Inflammation, coagulation et COVID-19
Le COVID est associé à des anomalies de la coagulation avec une augmentation des D-dimères, du temps de céphaline activée (aPTT), du temps de prothrombine (PT) et une thrombopénie chez certains patients (58, 59). De plus, une élévation des D-dimères et du PT ainsi qu’une fréquence accrue de signes de coagulation intravasculaire disséminée (CIVD) est observée chez les patients sévères (60, 61). Ces sujets présentent une profil prothrombotique important, puisque jusque 50% des patients admis aux soins intensifs souffrent de thromboses veineuses (62) et 30% des patients d’une série d’autopsies avaient pour cause de décès une embolie pulmonaire (63).
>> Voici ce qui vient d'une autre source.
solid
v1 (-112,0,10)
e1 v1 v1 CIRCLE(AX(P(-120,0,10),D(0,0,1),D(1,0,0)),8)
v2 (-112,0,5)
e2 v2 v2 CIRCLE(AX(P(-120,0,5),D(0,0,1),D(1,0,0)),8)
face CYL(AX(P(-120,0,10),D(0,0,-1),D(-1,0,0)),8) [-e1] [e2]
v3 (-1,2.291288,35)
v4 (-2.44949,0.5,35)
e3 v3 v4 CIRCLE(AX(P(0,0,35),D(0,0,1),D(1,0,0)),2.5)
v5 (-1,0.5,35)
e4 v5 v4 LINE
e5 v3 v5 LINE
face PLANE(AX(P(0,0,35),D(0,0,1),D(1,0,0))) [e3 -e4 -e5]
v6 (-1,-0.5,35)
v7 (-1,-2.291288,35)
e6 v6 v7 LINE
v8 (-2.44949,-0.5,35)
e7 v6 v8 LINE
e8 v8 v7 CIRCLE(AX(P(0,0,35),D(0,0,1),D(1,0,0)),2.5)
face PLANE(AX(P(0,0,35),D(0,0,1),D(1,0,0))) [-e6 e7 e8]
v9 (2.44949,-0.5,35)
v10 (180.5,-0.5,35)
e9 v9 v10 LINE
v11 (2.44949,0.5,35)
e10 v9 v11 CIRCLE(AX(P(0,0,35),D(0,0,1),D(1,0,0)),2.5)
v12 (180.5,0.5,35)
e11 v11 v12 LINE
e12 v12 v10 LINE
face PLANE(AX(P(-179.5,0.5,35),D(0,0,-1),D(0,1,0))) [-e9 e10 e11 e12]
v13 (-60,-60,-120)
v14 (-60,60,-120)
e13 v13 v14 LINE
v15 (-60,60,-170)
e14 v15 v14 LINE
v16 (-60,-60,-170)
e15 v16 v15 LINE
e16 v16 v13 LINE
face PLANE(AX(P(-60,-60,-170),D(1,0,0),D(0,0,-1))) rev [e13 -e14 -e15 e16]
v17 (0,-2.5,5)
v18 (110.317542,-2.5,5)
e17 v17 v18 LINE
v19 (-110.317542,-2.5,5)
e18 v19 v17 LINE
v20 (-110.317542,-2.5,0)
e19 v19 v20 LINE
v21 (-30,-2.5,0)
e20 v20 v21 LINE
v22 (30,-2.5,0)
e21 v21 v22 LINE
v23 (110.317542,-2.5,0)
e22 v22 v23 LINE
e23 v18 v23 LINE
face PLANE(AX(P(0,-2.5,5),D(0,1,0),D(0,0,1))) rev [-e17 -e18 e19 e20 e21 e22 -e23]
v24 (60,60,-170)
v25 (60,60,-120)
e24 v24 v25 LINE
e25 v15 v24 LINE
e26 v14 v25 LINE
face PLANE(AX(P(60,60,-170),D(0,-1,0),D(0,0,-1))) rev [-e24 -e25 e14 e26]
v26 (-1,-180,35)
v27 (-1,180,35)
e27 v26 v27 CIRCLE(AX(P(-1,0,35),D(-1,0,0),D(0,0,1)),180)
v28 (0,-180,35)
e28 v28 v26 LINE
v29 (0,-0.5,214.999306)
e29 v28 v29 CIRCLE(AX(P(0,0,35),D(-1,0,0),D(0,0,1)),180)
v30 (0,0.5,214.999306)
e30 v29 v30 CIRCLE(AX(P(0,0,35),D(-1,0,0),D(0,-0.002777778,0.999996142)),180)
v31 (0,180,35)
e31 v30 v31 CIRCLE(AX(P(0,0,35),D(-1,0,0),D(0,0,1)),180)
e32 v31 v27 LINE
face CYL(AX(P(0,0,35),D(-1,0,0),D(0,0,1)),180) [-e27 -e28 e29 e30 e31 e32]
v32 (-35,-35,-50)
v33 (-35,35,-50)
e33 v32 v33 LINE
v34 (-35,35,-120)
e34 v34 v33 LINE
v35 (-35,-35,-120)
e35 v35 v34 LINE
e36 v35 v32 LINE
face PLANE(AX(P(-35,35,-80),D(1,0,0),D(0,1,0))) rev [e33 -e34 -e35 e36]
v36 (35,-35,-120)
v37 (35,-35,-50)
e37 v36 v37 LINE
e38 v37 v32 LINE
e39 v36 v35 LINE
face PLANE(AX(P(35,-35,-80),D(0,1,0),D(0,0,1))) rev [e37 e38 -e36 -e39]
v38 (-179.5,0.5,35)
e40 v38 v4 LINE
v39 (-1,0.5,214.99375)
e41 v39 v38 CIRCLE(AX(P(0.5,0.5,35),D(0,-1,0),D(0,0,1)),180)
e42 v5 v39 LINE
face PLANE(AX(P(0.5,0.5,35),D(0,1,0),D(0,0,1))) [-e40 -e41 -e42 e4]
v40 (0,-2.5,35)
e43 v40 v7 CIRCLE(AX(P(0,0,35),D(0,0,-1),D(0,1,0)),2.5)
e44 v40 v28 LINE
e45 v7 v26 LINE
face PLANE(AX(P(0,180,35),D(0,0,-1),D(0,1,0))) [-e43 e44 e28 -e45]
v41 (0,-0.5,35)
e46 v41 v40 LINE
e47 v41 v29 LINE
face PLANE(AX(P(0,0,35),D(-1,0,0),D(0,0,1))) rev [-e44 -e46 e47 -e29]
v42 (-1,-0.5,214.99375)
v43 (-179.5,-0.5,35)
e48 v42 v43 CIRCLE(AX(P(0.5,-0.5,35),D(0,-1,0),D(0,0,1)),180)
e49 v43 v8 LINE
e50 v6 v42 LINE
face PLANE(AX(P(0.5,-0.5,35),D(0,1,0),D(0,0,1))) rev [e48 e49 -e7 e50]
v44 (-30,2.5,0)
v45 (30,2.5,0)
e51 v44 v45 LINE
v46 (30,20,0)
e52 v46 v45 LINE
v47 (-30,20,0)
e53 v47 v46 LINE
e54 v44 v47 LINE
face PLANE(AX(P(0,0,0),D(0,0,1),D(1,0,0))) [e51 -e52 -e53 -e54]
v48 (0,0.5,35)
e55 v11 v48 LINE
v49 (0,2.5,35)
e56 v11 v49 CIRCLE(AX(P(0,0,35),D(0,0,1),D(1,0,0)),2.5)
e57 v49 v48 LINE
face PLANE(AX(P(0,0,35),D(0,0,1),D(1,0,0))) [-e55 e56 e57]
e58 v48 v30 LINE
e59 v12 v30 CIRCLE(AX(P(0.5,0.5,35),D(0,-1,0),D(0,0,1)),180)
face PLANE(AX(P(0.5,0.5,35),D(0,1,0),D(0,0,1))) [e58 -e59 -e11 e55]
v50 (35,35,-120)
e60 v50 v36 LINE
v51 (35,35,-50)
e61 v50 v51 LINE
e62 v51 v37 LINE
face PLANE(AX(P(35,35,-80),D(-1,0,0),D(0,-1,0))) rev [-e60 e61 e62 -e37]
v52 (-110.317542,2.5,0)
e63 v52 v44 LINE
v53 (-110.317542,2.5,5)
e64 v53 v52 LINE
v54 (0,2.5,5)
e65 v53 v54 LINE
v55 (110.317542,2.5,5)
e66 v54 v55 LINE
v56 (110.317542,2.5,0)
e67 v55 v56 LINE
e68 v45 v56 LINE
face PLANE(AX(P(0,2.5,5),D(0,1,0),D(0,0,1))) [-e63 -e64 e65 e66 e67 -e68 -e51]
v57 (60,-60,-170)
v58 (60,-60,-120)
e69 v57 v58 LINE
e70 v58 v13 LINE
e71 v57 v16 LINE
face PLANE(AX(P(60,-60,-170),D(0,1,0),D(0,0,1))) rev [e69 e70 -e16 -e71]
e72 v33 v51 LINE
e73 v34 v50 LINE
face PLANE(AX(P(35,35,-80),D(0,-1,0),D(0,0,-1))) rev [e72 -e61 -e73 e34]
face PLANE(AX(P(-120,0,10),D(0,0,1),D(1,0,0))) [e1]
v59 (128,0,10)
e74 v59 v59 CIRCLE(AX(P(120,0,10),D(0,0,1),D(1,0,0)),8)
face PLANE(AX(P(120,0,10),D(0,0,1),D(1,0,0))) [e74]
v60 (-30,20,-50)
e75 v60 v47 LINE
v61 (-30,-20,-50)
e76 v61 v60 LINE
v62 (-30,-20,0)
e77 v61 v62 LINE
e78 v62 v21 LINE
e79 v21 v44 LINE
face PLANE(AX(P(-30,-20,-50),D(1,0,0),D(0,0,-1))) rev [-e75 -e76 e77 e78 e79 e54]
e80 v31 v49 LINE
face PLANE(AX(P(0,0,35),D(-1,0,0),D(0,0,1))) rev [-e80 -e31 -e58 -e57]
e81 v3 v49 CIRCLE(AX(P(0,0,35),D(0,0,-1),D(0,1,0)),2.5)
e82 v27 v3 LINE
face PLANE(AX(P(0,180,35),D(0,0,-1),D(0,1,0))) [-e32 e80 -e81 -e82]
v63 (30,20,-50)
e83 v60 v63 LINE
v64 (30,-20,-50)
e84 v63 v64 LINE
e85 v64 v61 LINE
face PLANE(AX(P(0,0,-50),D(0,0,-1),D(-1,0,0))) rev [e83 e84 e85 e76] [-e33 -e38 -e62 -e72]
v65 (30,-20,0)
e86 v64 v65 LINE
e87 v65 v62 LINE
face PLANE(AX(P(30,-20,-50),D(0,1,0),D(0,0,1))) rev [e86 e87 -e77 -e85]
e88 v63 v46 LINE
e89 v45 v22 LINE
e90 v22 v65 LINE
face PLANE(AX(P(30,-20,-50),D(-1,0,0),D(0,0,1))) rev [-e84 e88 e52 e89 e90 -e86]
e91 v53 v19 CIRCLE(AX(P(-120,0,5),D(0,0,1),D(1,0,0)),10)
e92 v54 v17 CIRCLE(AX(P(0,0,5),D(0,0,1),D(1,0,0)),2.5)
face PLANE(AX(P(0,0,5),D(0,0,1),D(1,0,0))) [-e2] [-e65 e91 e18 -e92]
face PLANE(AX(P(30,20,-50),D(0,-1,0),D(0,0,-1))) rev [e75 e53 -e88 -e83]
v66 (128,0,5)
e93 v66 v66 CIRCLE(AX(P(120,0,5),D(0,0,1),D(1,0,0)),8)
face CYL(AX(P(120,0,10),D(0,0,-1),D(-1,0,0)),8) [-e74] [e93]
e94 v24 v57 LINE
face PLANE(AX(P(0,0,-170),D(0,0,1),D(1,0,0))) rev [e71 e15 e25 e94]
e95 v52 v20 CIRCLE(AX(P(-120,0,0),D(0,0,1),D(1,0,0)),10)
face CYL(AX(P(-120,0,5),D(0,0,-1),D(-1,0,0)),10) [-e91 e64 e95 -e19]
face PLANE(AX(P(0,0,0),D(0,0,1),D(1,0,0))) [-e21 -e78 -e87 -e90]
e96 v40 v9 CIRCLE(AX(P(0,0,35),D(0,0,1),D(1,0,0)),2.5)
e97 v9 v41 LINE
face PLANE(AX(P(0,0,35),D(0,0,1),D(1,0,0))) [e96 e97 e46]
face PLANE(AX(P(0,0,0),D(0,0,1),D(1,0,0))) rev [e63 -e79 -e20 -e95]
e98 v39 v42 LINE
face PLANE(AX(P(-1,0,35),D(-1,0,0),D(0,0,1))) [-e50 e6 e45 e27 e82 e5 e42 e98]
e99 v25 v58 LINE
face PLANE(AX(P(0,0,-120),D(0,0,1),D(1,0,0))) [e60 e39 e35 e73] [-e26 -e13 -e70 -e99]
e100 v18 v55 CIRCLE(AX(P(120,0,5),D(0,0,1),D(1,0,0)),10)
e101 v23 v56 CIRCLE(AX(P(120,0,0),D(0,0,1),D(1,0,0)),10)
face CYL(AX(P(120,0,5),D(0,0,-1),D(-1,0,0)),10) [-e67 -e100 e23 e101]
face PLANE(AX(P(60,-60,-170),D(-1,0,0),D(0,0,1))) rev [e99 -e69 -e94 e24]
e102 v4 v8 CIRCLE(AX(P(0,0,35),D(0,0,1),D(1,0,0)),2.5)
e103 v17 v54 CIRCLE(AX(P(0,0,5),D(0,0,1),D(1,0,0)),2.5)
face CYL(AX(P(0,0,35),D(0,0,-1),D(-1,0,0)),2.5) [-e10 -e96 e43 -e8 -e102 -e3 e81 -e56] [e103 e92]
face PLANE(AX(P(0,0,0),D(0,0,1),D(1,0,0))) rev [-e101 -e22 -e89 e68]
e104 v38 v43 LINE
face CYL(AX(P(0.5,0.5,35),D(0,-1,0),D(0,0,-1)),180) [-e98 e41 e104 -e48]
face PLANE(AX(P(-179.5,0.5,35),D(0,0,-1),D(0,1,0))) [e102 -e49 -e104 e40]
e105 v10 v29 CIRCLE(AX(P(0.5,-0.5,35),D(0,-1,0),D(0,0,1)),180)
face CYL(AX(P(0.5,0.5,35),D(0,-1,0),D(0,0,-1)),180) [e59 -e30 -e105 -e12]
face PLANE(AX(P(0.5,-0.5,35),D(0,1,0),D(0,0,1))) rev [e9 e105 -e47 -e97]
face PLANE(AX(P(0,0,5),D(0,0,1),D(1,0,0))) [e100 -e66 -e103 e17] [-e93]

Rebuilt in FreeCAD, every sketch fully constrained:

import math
import FreeCAD as App
import Part
import Sketcher
from FreeCAD import Vector
Q = App.Units.Quantity


def add_polygon(sketch, points):
    """Adds a closed chain of lines whose ends are joined by coincident constraints."""
    first, n = sketch.GeometryCount, len(points)
    for a, b in zip(points, points[1:] + points[:1]):
        sketch.addGeometry(Part.LineSegment(App.Vector(*a, 0), App.Vector(*b, 0)), False)
    for i in range(n):
        sketch.addConstraint(Sketcher.Constraint("Coincident", first + i, 2, first + (i + 1) % n, 1))

doc = App.newDocument("Part")
params = doc.addObject("Spreadsheet::Sheet", "Params")
for row, (alias, value) in enumerate([
    ("sketch1_radius", "10 mm"),
    ("pad1_length", "5 mm"),
    ("sketch2_diameter", "16 mm"),
    ("pad2_length", "5 mm"),
    ("sketch3_width", "60 mm"),
    ("sketch3_height", "40 mm"),
    ("pad3_length", "50 mm"),
    ("sketch4_width", "70 mm"),
    ("pad4_length", "30 mm"),
    ("sketch5_diameter", "5 mm"),
    ("pad5_length", "30 mm"),
    ("sketch6_radius", "180 mm"),
    ("pad6_length", "0.5 mm"),
    ("pad6_length2", "0.5 mm"),
    ("sketch7_radius", "180 mm"),
    ("pad7_length", "0.5 mm"),
    ("pad7_length2", "0.5 mm"),
    ("sketch8_width", "70 mm"),
    ("pad8_length", "40 mm"),
    ("sketch9_width", "120 mm"),
    ("pad9_length", "50 mm"),
], start=1):
    params.set(f"A{row}", alias)
    params.set(f"B{row}", "=" + value)
    params.setAlias(f"B{row}", alias)

body = doc.addObject("PartDesign::Body", "Body")

# Sketch on XY plane
sketch1 = body.newObject("Sketcher::SketchObject", "Sketch")
sketch1.AttachmentSupport = (doc.getObject("XY_Plane"), [""])
sketch1.MapMode = "FlatFace"
sketch1.addGeometry(Part.ArcOfCircle(Part.Circle(Vector(-120, 0, 0), Vector(0, 0, 1), 10), math.radians(14), math.radians(346)), False)
sketch1.addGeometry(Part.LineSegment(Vector(-110, -2, 0), Vector(110, -2, 0)), False)
sketch1.addGeometry(Part.ArcOfCircle(Part.Circle(Vector(120, 0, 0), Vector(0, 0, 1), 10), math.radians(-166), math.radians(166)), False)
sketch1.addGeometry(Part.LineSegment(Vector(110, 2, 0), Vector(-110, 2, 0)), False)
sketch1.addConstraint(Sketcher.Constraint("Coincident", 0, 2, 1, 1))
sketch1.addConstraint(Sketcher.Constraint("Coincident", 1, 2, 2, 1))
sketch1.addConstraint(Sketcher.Constraint("Coincident", 2, 2, 3, 1))
sketch1.addConstraint(Sketcher.Constraint("Coincident", 3, 2, 0, 1))
sketch1.addConstraint(Sketcher.Constraint("Horizontal", 1))
sketch1.addConstraint(Sketcher.Constraint("Horizontal", 3))
sketch1.addConstraint(Sketcher.Constraint("Equal", 0, 2))
sketch1.addConstraint(Sketcher.Constraint("Symmetric", 0, 3, 2, 3, -1, 1))
sketch1.addConstraint(Sketcher.Constraint("Symmetric", 1, 2, 2, 2, -1))
sketch1.addConstraint(Sketcher.Constraint("Radius", 0, Q("10 mm")))
sketch1.addConstraint(Sketcher.Constraint("DistanceX", 0, 3, -1, 1, Q("120 mm")))
sketch1.addConstraint(Sketcher.Constraint("DistanceY", 1, 2, 2, 2, Q("5 mm")))
sketch1.setExpression("Constraints[9]", "Params.sketch1_radius")
pad1 = body.newObject("PartDesign::Pad", "Pad")
pad1.Profile = sketch1
pad1.setExpression("Length", "Params.pad1_length")

# Sketch on XY plane
sketch2 = body.newObject("Sketcher::SketchObject", "Sketch001")
sketch2.AttachmentSupport = (doc.getObject("XY_Plane"), [""])
sketch2.MapMode = "FlatFace"
sketch2.AttachmentOffset = App.Placement(Vector(0, 0, 5), App.Rotation())
sketch2.addGeometry(Part.Circle(Vector(-120, 0, 0), Vector(0, 0, 1), 8), False)
sketch2.addGeometry(Part.Circle(Vector(120, 0, 0), Vector(0, 0, 1), 8), False)
sketch2.addConstraint(Sketcher.Constraint("Equal", 0, 1))
sketch2.addConstraint(Sketcher.Constraint("Symmetric", 0, 3, 1, 3, -1, 1))
sketch2.addConstraint(Sketcher.Constraint("PointOnObject", 0, 3, -1))
sketch2.addConstraint(Sketcher.Constraint("Diameter", 0, Q("16 mm")))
Enfin, l’étude postmortem de patients objective une atteinte micro-angiopathique pulmonaire (59, 63). L’incidence importante de ces coagulopathies sous-entend un effet direct ou indirect sur CoV-2 sur la coagulation. L’état hyperinflammatoire associé aux formes graves de la maladie peut favoriser un état pro-coagulatoire. En effet, l’IL-6 peut induire l’expression de Tissue Factor (TF) par les cellules mononucléées (64), entrainant ainsi la formation de thrombine permettant la transformation de fibrinogène en fibrine. De façon intéressante, une corrélation a été démontrée entre IL-6 et le taux de fibrinogène, liant ainsi coagulation et inflammation dans cette population (65). Enfin, l’interaction entre le virus et les cellules endothéliales (57) pourrait également contribuer à cet état.
Conclusion
Le COVID-19 est une pathologie récente complexe, notamment sur le plan immunologique avec des phénomènes à première vue paradoxaux et qui intriquent des mécanismes infectieux et inflammatoires. Le paradigme émergent des études publiées à ce stade est que les patients qui développent une forme sévère de la maladie ont une défense antivirale spécifique moins efficace (peut-être en rapport avec les comorbidités prédisposantes, comme l’hypertension ou la BPCO), permettant une réplication plus intense du virus, qui entraine ensuite une réponse inflammatoire exagérée et systémique générant des dégâts dans le poumon et parfois d’autres organes cibles, peut-être déjà fragilisés par les mêmes facteurs de susceptibilité. Les recherches en cours devraient permettre de mieux comprendre les altérations immunologiques et in fine confirmer les biomarqueurs prédictifs de maladie sévère (66) afin de pouvoir exercer une médecine de précision en proposant un traitement adapté au phénotype de la maladie.
Affiliations
1. Pôle de pneumologie, O.R.L. et dermatologie, Institut de Recherche Clinique et Expérimentale, UCLouvain, B-1200 Bruxelles, Belgique
2. Service de Pneumologie, Cliniques universitaires Saint-Luc, B-1200 Bruxelles, Belgique
Correspondance
Pr. Charles Pilette
Cliniques universitaires Saint-Luc
Service de pneumologie
Avenue Hippocrate 10
B-1200 Bruxelles
charles.pilette@uclouvain.be
Références
- Huang C, Wang Y, Li X, Ren L, Zhao J, Hu Y, et al. Clinical features of patients infected with 2019 novel coronavirus in Wuhan, China. The Lancet. 2020;395(10223):497-506.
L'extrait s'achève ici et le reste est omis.